### EXERCISE GOAL
Write down exactly the lines of the records below, beginning with the first and ending with the line that includes "v 18.751 0 1.504".

────────────────────────────────────────

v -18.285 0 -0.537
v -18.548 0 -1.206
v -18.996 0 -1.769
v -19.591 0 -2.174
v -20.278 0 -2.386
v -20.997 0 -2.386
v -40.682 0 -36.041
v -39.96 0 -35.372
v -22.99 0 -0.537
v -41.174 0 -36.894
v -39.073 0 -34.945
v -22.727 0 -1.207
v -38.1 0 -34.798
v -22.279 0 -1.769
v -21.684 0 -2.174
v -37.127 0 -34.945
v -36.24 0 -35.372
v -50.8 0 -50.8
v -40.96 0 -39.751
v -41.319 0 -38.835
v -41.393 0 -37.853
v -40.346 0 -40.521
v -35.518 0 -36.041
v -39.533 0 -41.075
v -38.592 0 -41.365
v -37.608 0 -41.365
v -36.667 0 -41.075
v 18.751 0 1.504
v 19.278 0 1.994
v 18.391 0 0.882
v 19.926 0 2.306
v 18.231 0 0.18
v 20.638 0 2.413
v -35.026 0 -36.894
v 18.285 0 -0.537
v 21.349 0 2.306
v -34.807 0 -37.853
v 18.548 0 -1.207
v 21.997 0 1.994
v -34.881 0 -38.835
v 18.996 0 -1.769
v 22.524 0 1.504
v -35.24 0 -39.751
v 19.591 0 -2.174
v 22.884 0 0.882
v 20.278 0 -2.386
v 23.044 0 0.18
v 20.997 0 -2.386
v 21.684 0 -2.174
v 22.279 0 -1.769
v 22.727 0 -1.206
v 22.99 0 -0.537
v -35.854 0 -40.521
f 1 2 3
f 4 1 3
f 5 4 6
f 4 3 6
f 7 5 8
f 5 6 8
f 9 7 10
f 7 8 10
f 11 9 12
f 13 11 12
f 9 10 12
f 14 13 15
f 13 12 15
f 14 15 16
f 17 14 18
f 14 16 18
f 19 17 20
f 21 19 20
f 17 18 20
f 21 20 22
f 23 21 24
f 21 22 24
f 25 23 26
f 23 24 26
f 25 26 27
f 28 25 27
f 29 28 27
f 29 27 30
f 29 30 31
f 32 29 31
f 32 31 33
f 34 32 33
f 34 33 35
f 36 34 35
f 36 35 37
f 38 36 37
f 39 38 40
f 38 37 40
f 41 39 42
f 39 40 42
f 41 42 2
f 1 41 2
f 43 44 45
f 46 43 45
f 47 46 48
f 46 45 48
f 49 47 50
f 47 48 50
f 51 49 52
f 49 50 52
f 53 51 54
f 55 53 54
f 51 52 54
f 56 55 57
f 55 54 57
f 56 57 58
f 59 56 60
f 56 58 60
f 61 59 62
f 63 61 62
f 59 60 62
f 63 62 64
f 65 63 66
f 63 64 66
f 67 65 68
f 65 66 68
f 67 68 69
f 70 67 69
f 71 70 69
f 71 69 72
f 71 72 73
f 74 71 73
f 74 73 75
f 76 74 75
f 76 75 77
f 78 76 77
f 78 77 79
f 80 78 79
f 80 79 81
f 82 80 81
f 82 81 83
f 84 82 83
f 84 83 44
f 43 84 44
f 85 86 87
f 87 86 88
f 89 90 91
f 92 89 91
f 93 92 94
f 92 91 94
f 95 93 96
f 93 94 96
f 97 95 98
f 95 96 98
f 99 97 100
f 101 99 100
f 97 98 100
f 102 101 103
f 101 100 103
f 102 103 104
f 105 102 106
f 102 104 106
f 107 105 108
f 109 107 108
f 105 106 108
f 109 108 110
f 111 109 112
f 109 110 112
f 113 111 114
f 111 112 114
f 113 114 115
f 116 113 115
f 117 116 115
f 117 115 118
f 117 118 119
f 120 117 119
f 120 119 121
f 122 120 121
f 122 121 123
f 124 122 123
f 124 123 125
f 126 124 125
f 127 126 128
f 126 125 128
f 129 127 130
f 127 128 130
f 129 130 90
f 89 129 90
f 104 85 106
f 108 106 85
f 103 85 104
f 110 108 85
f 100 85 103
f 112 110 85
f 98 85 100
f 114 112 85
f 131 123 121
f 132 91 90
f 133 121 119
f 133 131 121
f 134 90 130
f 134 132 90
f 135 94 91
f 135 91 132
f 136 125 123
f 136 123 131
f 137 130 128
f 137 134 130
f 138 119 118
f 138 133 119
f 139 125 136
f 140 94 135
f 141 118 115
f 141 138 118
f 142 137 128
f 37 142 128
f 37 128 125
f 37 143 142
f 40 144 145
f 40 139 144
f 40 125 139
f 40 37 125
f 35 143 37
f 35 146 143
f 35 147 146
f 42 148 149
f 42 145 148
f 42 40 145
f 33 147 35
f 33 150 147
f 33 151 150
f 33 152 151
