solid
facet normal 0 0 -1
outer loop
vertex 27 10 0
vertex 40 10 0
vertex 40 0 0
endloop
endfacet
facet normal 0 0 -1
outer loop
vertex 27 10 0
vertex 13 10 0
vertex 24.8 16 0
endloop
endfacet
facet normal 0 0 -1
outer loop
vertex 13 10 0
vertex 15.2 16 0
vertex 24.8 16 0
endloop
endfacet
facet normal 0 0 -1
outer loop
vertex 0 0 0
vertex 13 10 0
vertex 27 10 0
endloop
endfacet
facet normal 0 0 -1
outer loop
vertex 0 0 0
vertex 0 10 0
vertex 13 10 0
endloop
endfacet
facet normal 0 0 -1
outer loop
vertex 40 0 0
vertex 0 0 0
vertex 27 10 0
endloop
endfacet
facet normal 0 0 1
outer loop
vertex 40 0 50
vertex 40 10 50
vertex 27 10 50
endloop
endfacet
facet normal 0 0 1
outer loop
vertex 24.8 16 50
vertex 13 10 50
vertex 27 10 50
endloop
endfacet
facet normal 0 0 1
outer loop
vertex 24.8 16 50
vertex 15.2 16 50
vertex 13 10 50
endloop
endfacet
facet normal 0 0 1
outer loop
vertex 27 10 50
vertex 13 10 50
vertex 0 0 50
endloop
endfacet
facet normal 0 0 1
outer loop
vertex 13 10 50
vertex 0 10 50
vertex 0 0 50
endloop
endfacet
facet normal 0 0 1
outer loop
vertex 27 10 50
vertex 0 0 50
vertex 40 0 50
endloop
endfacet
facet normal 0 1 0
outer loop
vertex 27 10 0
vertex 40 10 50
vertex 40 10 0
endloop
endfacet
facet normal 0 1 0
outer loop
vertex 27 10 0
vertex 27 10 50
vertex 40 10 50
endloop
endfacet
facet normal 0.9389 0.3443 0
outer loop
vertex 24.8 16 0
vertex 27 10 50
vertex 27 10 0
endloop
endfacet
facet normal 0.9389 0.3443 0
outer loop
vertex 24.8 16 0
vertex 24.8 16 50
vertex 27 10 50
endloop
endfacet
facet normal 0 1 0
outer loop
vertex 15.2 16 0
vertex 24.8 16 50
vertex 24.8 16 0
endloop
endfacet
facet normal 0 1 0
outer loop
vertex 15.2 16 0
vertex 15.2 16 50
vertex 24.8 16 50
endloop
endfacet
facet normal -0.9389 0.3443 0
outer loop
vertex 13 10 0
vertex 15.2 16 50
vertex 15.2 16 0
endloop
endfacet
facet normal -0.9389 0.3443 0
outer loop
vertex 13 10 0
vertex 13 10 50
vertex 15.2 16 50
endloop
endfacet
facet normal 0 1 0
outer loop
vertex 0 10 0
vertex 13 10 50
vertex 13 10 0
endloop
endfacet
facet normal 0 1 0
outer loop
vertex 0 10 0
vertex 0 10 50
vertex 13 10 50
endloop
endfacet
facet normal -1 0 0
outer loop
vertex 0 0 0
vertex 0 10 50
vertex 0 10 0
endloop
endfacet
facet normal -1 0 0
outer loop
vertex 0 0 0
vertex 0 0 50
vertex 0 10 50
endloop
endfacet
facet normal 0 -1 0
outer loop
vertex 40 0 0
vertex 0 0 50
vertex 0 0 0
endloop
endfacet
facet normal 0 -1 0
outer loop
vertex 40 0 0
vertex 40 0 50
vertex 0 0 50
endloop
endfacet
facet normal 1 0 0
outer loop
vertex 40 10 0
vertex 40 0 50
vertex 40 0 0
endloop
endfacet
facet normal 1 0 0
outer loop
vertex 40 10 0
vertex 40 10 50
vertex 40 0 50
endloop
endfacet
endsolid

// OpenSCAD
$fn = 32;

// ----------------------------------------------------------------------
// V guide rail: dovetail, 40 mm wide
// ----------------------------------------------------------------------

// --- parameters (mm) ---
rail_w = 40;              // rail width, X
base_t = 10;              // base plate thickness
v_depth = 6;              // V feature depth / height
v_half_w = 7;             // half width of the V at the base face
plate_t = 50;             // rail length, Z (the extrusion height)
top_half_w = 4.8;         // half width at the dovetail top

dovetail_base = 2 * v_half_w;  // dovetail width at the base
dovetail_top = 2 * top_half_w;  // dovetail width at the top

profile = [[0, 0], [40, 0], [40, 10], [27, 10], [24.8, 16], [15.2, 16], [13, 10], [0, 10]];  // primary outline, 8 points, counter clockwise

// --- the one profile operation ---
linear_extrude(height = plate_t) polygon(points = profile);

────────────────────────────────────────

### ANSWER FOR THIS EXERCISE
v -18.285 0 -0.537
v -18.548 0 -1.206
v -18.996 0 -1.769
v -19.591 0 -2.174
v -20.278 0 -2.386
v -20.997 0 -2.386
v -40.682 0 -36.041
v -39.96 0 -35.372
v -22.99 0 -0.537
v -41.174 0 -36.894
v -39.073 0 -34.945
v -22.727 0 -1.207
v -38.1 0 -34.798
v -22.279 0 -1.769
v -21.684 0 -2.174
v -37.127 0 -34.945
v -36.24 0 -35.372
v -50.8 0 -50.8
v -40.96 0 -39.751
v -41.319 0 -38.835
v -41.393 0 -37.853
v -40.346 0 -40.521
v -35.518 0 -36.041
v -39.533 0 -41.075
v -38.592 0 -41.365
v -37.608 0 -41.365
v -36.667 0 -41.075
v 18.751 0 1.504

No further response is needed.